Une Alliance panafricaine pour promouvoir la pêche et l’aquaculture en Afrique

Submitted by admin on Mon, 12/28/2015 - 13:43

L’Afrique perd entre 2 et 5 milliards de dollars chaque année en raison de la mauvaise gestion du secteur de la pêche. Ainsi, l’Union Africaine (UA), à travers l’Agence du NEPAD  et le Bureau internationale des ressources animales (BIRA), a lancé un processus pour élaborer un cadre de politique pour la gouvernance des pêcheries sur le continent adopté le 30 avril 2014 à Addis-Abeba.  

Les acteurs de la pêche venus de tous les pays d’Afrique, mais aussi d’Angleterre et des Etats-Unis, ont participé au forum sur la pêche et l’aquaculture tenu les 26 et 27 juin à Dakar. L’objectif de cette rencontre est de permettre aux acteurs non étatiques intervenant dans la pêche et l’aquaculture en Afrique, d’apporter des contributions concrètes. « Les réformes initiées par l’Union africaine et ses bras techniques, à savoir le Bureau internationale des ressources animales (Bira) et l’Agence du NEPAD, suscitent un énorme espoir pour inscrire définitivement et durablement les secteurs halieutiques en Afrique dans une perspective nouvelle de gouvernance», a expliqué Papa Gora Ndiaye, secrétaire exécutif du Réseau sur les politiques de Pêche en Afrique de l’Ouest (Repao). Selon M. Ndiaye, ces réformes permettraient aux populations africaines de profiter durablement des énormes potentialités en ressources halieutiques dont dispose le continent. « Cette alliance est un outil qui permet de contribuer, d’une part, au renforcement et à la consolidation du dialogue entre les organisations de la société civile africaine évoluant dans les secteurs halieutiques, et d’autres part, entre la société civile et les autres acteurs à savoir les autorités publiques, organismes internationaux, entre autres», a-t-il ajouté.

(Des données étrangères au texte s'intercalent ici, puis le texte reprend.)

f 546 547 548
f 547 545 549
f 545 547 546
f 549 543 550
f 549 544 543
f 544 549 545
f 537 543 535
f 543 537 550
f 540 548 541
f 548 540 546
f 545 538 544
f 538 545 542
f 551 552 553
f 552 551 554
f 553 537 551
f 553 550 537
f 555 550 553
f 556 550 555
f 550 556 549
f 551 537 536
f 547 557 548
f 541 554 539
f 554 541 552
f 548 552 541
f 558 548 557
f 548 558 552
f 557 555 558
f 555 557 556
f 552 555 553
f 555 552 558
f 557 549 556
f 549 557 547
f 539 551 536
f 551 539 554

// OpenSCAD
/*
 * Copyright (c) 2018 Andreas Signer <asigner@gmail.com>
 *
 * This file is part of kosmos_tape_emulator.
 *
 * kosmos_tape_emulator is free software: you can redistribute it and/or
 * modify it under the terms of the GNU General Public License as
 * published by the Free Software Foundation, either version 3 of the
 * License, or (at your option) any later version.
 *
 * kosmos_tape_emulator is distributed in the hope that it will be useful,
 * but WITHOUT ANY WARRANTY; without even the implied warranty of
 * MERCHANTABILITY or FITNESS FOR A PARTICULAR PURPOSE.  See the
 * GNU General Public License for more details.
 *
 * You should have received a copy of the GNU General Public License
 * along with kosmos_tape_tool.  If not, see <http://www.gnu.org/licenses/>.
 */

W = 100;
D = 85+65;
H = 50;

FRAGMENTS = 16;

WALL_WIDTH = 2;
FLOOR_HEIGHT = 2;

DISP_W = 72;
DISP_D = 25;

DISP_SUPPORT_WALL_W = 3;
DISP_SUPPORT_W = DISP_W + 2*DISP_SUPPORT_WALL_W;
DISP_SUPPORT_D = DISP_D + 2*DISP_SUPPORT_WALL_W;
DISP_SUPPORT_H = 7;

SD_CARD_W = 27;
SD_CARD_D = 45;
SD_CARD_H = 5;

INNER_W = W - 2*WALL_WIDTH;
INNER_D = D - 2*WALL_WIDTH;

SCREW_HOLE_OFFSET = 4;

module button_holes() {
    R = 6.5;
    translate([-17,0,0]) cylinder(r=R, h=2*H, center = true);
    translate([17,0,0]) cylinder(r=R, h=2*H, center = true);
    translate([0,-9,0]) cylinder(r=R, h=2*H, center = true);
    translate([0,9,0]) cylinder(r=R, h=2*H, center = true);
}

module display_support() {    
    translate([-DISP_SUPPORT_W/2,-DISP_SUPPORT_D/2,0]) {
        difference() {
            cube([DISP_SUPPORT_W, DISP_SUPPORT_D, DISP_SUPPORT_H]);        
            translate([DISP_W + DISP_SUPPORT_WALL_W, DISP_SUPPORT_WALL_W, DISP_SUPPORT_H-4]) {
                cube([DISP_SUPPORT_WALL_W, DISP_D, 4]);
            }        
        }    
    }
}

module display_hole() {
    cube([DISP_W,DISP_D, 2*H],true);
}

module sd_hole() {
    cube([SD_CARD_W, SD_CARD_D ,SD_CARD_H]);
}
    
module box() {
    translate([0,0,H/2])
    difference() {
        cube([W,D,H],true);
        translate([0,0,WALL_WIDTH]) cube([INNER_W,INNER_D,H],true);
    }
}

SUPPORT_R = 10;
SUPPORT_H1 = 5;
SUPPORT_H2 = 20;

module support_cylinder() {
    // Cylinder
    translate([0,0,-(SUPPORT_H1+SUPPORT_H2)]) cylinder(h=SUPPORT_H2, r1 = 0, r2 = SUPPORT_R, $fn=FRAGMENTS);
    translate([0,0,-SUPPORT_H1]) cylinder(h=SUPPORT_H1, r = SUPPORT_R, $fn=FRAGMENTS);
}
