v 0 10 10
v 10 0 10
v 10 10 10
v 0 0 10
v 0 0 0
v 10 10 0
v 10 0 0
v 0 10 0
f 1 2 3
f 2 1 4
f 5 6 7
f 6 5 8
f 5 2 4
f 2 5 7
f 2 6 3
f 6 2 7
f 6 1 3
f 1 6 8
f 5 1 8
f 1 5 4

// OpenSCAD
// `*` disables a subtree exactly, on both sides
cube([10, 10, 10]);
*sphere(r = 20, $fn = 16);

L’exploitation des produits de la pêche, apporte des devises pour certaines économies nationales. Elle constitue un levier important d’impulsion à la croissance économique, mesurée par le Produit intérieur brut (Pib). C’est le constat qu’a fait Omar Ndiaye, secrétaire général du ministère de la Pêche et des Affaires maritimes. Et d’ajouter  que les performances des secteurs halieutiques sont menacées depuis plus d’une décennie par une raréfaction de la ressource, une dégradation des habitats et une pollution des eaux côtières et marines. «Cette situation demeure la conséquence de plusieurs facteurs dont la mauvaise gouvernance des pêches, l’incohérence des politiques, la pêche illégale, non réglementée et non déclarée (Inn), etc.», a estimé Omar Ndiaye. Il a aussi soutenu que la réussite des réformes politiques de pêche et d’aquaculture ne saurait être effective sans une participation réelle et dynamique des acteurs non étatiques. Et surtout des communautés de pêche et d’aquaculture artisanales, très fortement dépendantes des ressources halieutiques pour assurer leurs moyens d’existence.

Par rapport à la raréfaction des ressources halieutiques, le président de l’Association des pécheurs du Niger (Apn), Moussa Adamou Farie, a souligné que dans son pays, la pêche ne nourrit plus son homme. «La pêche ne marche plus au Niger. Les pêcheurs manquent de moyens et les poissons deviennent de plus en plus rares. On peut passer une nuit au fleuve sans rien apporter», a-t-il dit. Les acteurs de la pêche cherchent également à élaborer et à rendre public des plans d’action visant à favoriser l’engagement des organismes internationales.